A clear need exists for further longitudinal research to test the effectiveness of work-based interventions in reducing stress-related alcohol and drug use, to examine the role of risk and protective factors in the occurrence of alcohol and drug abuse, and to study the relationship of substance use to indices of work adjustment. The proposed research project has three major aims. The first is to assess the effectiveness of a work-based coping skills intervention with male and female employees. Participants will be randomly assigned to either a coping skills intervention, attention control condition, or no-treatment control condition. Employees in the coping skills intervention will participate in a 16-session program aimed at increasing the range and quality of coping strategies and at reducing the use of maladaptive coping responses. The attention control condition will consist of an 8-session program which will provide information about work and family stress, typical stress responses, and various patterns of substance use. Data analyses will examine the extent to which the coping skills intervention, on an immediate and longer-term basis, results in a decrease in perceived role stress and use of avoidance coping, an increase in reported levels of work and non-work social support and use of positive coping strategies, and a decrease in alcohol and drug use, work adjustment problems, and psychological symptomatology. In addition, the differential effectiveness of the intervention for employees at higher versus lower risk for alcohol abuse will be assessed.

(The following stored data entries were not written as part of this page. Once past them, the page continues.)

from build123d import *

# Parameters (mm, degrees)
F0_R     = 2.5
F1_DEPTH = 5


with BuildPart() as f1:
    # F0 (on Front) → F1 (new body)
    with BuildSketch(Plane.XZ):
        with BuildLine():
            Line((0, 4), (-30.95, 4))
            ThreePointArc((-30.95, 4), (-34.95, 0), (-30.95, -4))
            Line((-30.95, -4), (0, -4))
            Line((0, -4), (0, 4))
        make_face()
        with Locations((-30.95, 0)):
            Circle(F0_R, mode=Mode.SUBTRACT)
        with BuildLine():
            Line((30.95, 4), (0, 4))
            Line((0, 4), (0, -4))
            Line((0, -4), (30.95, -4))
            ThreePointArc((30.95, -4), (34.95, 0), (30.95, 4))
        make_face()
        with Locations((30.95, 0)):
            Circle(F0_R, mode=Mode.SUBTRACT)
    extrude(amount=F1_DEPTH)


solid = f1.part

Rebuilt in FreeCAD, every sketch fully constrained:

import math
import FreeCAD as App
import Part
import Sketcher

V = App.Vector

doc = App.newDocument("Part")
body = doc.addObject("PartDesign::Body", "Body")

# Sketch on XZ plane
sketch1 = body.newObject("Sketcher::SketchObject", "Sketch")
sketch1.AttachmentSupport = (doc.getObject("XZ_Plane"), [""])
sketch1.MapMode = "FlatFace"
sketch1.addGeometry([
    Part.ArcOfCircle(Part.Circle(V(-30.9, 0, 0), V(0, 0, 1), 4), math.radians(90), math.radians(270)),  # 0
    Part.LineSegment(V(-30.9, -4, 0), V(30.9, -4, 0)),  # 1
    Part.ArcOfCircle(Part.Circle(V(30.9, 0, 0), V(0, 0, 1), 4), math.radians(-90), math.radians(90)),  # 2
    Part.LineSegment(V(30.9, 4, 0), V(-30.9, 4, 0)),  # 3
    Part.Circle(V(-30.9, 0, 0), V(0, 0, 1), 2.5),  # 4
    Part.Circle(V(30.9, 0, 0), V(0, 0, 1), 2.5),  # 5
], False)
sketch1.addConstraint([
    Sketcher.Constraint("Tangent", 0, 2, 1, 1),
    Sketcher.Constraint("Tangent", 1, 2, 2, 1),
    Sketcher.Constraint("Tangent", 2, 2, 3, 1),
    Sketcher.Constraint("Tangent", 3, 2, 0, 1),
    Sketcher.Constraint("Horizontal", 1),
    Sketcher.Constraint("Horizontal", 3),
    Sketcher.Constraint("Coincident", 4, 3, 0, 3),
    Sketcher.Constraint("Coincident", 5, 3, 2, 3),
    Sketcher.Constraint("Equal", 4, 5),
    Sketcher.Constraint("Symmetric", 0, 3, 2, 3, -1, 1),
    Sketcher.Constraint("Diameter", 4, 5.0),
    Sketcher.Constraint("Radius", 0, 4.0),
    Sketcher.Constraint("DistanceX", 1, 1, 1, 2, 61.9),
])
pad1 = body.newObject("PartDesign::Pad", "Pad")
pad1.Profile = sketch1
pad1.Length = 5

doc.recompute()
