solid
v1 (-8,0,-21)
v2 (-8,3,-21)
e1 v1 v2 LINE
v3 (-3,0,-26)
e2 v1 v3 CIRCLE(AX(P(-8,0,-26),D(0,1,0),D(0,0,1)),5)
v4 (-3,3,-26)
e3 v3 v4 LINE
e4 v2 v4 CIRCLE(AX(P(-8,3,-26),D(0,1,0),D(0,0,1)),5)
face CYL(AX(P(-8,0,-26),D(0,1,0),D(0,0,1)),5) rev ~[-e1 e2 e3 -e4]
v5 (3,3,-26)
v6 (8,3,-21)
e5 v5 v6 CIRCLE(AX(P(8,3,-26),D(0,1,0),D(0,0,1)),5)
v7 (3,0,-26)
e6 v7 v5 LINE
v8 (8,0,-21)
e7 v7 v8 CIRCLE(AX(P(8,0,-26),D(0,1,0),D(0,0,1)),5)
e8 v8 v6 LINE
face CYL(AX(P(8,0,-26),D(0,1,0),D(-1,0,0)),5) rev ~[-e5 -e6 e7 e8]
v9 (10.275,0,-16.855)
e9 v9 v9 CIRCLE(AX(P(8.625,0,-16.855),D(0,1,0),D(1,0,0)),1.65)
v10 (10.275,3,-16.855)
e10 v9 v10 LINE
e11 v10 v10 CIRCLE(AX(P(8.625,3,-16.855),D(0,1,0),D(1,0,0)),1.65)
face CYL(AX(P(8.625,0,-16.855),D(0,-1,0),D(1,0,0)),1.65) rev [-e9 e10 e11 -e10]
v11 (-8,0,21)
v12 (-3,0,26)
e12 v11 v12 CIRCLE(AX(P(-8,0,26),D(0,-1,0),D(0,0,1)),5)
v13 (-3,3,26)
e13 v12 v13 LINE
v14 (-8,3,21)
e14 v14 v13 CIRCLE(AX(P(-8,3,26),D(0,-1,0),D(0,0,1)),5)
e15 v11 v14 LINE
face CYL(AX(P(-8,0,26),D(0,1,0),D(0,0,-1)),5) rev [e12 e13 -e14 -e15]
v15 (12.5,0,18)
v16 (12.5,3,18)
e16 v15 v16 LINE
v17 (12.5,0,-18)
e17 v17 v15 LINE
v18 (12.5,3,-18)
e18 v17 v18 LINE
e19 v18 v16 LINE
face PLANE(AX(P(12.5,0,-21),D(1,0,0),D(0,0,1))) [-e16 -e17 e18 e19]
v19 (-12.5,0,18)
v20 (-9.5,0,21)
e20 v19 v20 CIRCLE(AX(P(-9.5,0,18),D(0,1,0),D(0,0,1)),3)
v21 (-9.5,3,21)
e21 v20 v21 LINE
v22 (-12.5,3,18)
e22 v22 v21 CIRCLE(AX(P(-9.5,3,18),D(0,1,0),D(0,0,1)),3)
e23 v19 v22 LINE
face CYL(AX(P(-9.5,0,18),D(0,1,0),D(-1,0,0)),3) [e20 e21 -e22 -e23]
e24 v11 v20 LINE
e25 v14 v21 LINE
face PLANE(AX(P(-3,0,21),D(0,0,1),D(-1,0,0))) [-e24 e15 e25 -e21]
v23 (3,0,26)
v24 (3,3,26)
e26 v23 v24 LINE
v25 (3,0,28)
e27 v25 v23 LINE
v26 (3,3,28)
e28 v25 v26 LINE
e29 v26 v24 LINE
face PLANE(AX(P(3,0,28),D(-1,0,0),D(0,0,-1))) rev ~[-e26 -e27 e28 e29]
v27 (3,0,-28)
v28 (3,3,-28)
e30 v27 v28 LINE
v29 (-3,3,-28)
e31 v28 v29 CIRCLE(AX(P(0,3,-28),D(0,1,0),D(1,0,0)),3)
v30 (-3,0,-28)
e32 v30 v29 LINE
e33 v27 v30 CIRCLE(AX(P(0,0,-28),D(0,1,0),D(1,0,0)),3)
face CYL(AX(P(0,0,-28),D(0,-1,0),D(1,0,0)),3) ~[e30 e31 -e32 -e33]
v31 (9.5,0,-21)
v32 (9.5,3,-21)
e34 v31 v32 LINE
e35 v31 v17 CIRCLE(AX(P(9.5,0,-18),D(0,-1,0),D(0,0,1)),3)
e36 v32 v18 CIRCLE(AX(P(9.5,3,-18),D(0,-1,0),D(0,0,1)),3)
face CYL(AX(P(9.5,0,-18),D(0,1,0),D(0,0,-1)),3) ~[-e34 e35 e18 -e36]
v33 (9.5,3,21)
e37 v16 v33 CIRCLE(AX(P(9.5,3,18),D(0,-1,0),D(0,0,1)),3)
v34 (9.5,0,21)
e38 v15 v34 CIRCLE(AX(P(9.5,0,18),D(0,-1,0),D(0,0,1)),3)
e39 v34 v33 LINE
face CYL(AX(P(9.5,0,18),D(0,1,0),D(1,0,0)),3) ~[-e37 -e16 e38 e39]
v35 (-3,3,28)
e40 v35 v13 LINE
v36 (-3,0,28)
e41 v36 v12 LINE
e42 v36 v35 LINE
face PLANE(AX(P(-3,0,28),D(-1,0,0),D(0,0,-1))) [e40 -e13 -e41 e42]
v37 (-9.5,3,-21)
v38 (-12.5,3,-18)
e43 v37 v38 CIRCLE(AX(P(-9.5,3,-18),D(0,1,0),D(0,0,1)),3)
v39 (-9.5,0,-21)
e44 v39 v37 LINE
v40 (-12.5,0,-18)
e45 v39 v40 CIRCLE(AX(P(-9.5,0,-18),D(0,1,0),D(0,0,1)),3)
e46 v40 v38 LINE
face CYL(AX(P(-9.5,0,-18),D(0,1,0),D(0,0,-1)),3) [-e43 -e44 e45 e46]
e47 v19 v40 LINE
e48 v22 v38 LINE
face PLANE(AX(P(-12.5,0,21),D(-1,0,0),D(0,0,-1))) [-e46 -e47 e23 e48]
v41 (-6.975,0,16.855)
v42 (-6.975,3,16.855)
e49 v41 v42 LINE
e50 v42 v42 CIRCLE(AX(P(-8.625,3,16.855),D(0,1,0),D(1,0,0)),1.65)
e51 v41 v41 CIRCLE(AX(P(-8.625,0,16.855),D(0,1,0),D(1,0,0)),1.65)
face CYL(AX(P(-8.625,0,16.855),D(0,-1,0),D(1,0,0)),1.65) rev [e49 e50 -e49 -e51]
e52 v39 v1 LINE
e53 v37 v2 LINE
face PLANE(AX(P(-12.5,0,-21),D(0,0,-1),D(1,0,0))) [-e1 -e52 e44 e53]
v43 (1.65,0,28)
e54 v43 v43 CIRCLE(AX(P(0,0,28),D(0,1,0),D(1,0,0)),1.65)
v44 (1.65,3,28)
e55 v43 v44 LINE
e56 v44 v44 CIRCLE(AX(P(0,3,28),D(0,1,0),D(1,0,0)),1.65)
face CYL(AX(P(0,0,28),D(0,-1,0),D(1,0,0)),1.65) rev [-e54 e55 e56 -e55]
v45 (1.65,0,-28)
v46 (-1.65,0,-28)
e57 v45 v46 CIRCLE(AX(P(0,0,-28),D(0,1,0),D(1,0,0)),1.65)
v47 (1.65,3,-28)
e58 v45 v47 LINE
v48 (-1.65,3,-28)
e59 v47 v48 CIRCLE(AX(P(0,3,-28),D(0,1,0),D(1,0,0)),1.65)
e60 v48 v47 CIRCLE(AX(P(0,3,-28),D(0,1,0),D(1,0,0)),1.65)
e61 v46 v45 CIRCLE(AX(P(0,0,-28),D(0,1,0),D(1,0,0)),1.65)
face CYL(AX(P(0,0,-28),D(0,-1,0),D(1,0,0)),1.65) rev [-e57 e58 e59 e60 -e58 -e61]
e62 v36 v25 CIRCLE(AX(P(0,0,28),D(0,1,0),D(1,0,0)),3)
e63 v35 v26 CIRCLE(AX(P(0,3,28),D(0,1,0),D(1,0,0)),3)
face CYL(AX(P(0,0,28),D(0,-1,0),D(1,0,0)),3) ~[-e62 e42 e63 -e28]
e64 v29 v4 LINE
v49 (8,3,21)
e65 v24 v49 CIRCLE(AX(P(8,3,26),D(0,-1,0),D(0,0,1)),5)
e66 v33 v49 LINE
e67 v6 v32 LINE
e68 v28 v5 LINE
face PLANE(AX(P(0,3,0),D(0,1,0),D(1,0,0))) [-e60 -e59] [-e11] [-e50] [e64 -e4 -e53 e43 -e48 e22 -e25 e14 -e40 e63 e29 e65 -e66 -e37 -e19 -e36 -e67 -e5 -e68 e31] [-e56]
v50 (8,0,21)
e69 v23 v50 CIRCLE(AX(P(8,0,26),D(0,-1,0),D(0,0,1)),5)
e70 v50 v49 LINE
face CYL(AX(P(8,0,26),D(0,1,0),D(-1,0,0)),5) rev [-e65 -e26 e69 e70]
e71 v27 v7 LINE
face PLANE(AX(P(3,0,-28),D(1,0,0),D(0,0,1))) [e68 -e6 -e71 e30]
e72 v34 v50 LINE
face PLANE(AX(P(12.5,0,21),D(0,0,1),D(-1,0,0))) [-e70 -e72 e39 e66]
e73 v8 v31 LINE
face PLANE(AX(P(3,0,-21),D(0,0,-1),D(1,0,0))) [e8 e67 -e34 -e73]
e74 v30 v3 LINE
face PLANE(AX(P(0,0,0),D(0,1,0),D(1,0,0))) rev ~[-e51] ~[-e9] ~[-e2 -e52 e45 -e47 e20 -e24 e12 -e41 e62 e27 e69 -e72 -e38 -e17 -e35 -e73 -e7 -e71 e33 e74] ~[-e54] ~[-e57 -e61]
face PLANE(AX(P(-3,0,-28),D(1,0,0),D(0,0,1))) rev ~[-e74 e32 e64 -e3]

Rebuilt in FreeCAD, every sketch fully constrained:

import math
import FreeCAD as App
import Part
import Sketcher

V = App.Vector


def edges_at(feature, points):
    """Names of the edges that pass closest to the given points."""
    edges = feature.Shape.Edges
    near = lambda p: min(range(len(edges)), key=lambda i: edges[i].distToShape(Part.Vertex(*p))[0])
    return sorted({f"Edge{near(p) + 1}" for p in points})

doc = App.newDocument("Part")
body = doc.addObject("PartDesign::Body", "Body")

sketch1 = body.newObject("Sketcher::SketchObject", "Sketch")
sketch1.AttachmentSupport = (doc.getObject("XZ_Plane"), [""])
sketch1.MapMode = "FlatFace"
sketch1.addGeometry([
    Part.LineSegment(V(-3, -21, 0), V(-12.5, -21, 0)),
    Part.LineSegment(V(-12.5, -21, 0), V(-12.5, 21, 0)),
    Part.LineSegment(V(-12.5, 21, 0), V(-3, 21, 0)),
    Part.LineSegment(V(-3, 21, 0), V(-3, 28, 0)),
    Part.ArcOfCircle(Part.Circle(V(0, 28, 0), V(0, 0, 1), 3), math.radians(0), math.radians(180)),
    Part.LineSegment(V(3, 28, 0), V(3, 21, 0)),
    Part.LineSegment(V(3, 21, 0), V(12.5, 21, 0)),
    Part.LineSegment(V(12.5, 21, 0), V(12.5, -21, 0)),
    Part.LineSegment(V(12.5, -21, 0), V(3, -21, 0)),
    Part.LineSegment(V(3, -21, 0), V(3, -28, 0)),
    Part.ArcOfCircle(Part.Circle(V(0, -28, 0), V(0, 0, 1), 3), math.radians(180), math.radians(360)),
    Part.LineSegment(V(-3, -28, 0), V(-3, -21, 0)),
    Part.Circle(V(-8.6, 16.9, 0), V(0, 0, 1), 1.6),
    Part.Circle(V(8.6, -16.9, 0), V(0, 0, 1), 1.6),
    Part.Circle(V(0, -28, 0), V(0, 0, 1), 1.6),
    Part.Circle(V(0, 28, 0), V(0, 0, 1), 1.6),
], False)
sketch1.addConstraint([
    Sketcher.Constraint("Coincident", 0, 2, 1, 1),
    Sketcher.Constraint("Coincident", 1, 2, 2, 1),
    Sketcher.Constraint("Coincident", 2, 2, 3, 1),
    Sketcher.Constraint("Tangent", 3, 2, 4, 2),
    Sketcher.Constraint("Tangent", 4, 1, 5, 1),
    Sketcher.Constraint("Coincident", 5, 2, 6, 1),
    Sketcher.Constraint("Coincident", 6, 2, 7, 1),
    Sketcher.Constraint("Coincident", 7, 2, 8, 1),
    Sketcher.Constraint("Coincident", 8, 2, 9, 1),
    Sketcher.Constraint("Tangent", 9, 2, 10, 2),
    Sketcher.Constraint("Tangent", 10, 1, 11, 1),
    Sketcher.Constraint("Coincident", 11, 2, 0, 1),
    Sketcher.Constraint("Horizontal", 0),
    Sketcher.Constraint("Vertical", 1),
    Sketcher.Constraint("Horizontal", 2),
    Sketcher.Constraint("Vertical", 3),
    Sketcher.Constraint("Vertical", 5),
    Sketcher.Constraint("Horizontal", 6),
    Sketcher.Constraint("Vertical", 7),
    Sketcher.Constraint("Horizontal", 8),
    Sketcher.Constraint("Vertical", 9),
    Sketcher.Constraint("Vertical", 11),
    Sketcher.Constraint("Coincident", 14, 3, 10, 3),
    Sketcher.Constraint("Coincident", 15, 3, 4, 3),
    Sketcher.Constraint("Equal", 4, 10),
    Sketcher.Constraint("Equal", 12, 13),
    Sketcher.Constraint("Equal", 13, 14),
    Sketcher.Constraint("Equal", 14, 15),
    Sketcher.Constraint("Symmetric", 4, 3, 10, 3, -1, 1),
    Sketcher.Constraint("Symmetric", 12, 3, 13, 3, -1, 1),
    Sketcher.Constraint("Symmetric", 0, 2, 6, 2, -1, 1),
    Sketcher.Constraint("Symmetric", 2, 2, 5, 2, -2),
    Sketcher.Constraint("Horizontal", 0, 2, 7, 2),
    Sketcher.Constraint("Radius", 4, 3.0),
    Sketcher.Constraint("Diameter", 12, 3.3),
    Sketcher.Constraint("DistanceY", 1, 1, 1, 2, 42.0),
    Sketcher.Constraint("DistanceY", -1, 1, 4, 3, 28.0),
    Sketcher.Constraint("DistanceX", 0, 2, 7, 2, 25.0),
    Sketcher.Constraint("DistanceX", 12, 3, 13, 3, 17.25),
    Sketcher.Constraint("DistanceY", 13, 3, 12, 3, 33.71),
])
pad1 = body.newObject("PartDesign::Pad", "Pad")
pad1.Profile = sketch1
pad1.Length = 3
pad1.Reversed = True
doc.recompute()

fillet = body.newObject("PartDesign::Fillet", "Fillet")
fillet.Base = (pad1, edges_at(pad1, [
    (12.5, 1.5, 21),
    (-12.5, 1.5, 21),
    (12.5, 1.5, -21),
    (-12.5, 1.5, -21),
]))
fillet.Radius = 3
doc.recompute()

fillet2 = body.newObject("PartDesign::Fillet", "Fillet001")
fillet2.Base = (fillet, edges_at(fillet, [
    (3, 1.5, 21),
    (-3, 1.5, 21),
    (-3, 1.5, -21),
    (3, 1.5, -21),
]))
fillet2.Radius = 5

doc.recompute()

The second aim i s to examine the relationships between selected risk and protective factors and alcohol and drug use. These relationships will be assessed on both a cross-sectional and longitudinal basis.
The third aim i s to examine the relationship between alcohol and drug use and indices of work adjustment. Comparisons of abusers and non-abusers on levels of work adjustment problems will be performed, and the extent to which alcohol and drug use is predictive of work adjustment over time will be assessed. The study will contribute to our understanding of the effectiveness of work-based interventions in reducing alcohol and drug use and other maladaptive outcomes. In addition, it will provide an important alcohol risk factor study of working men and women.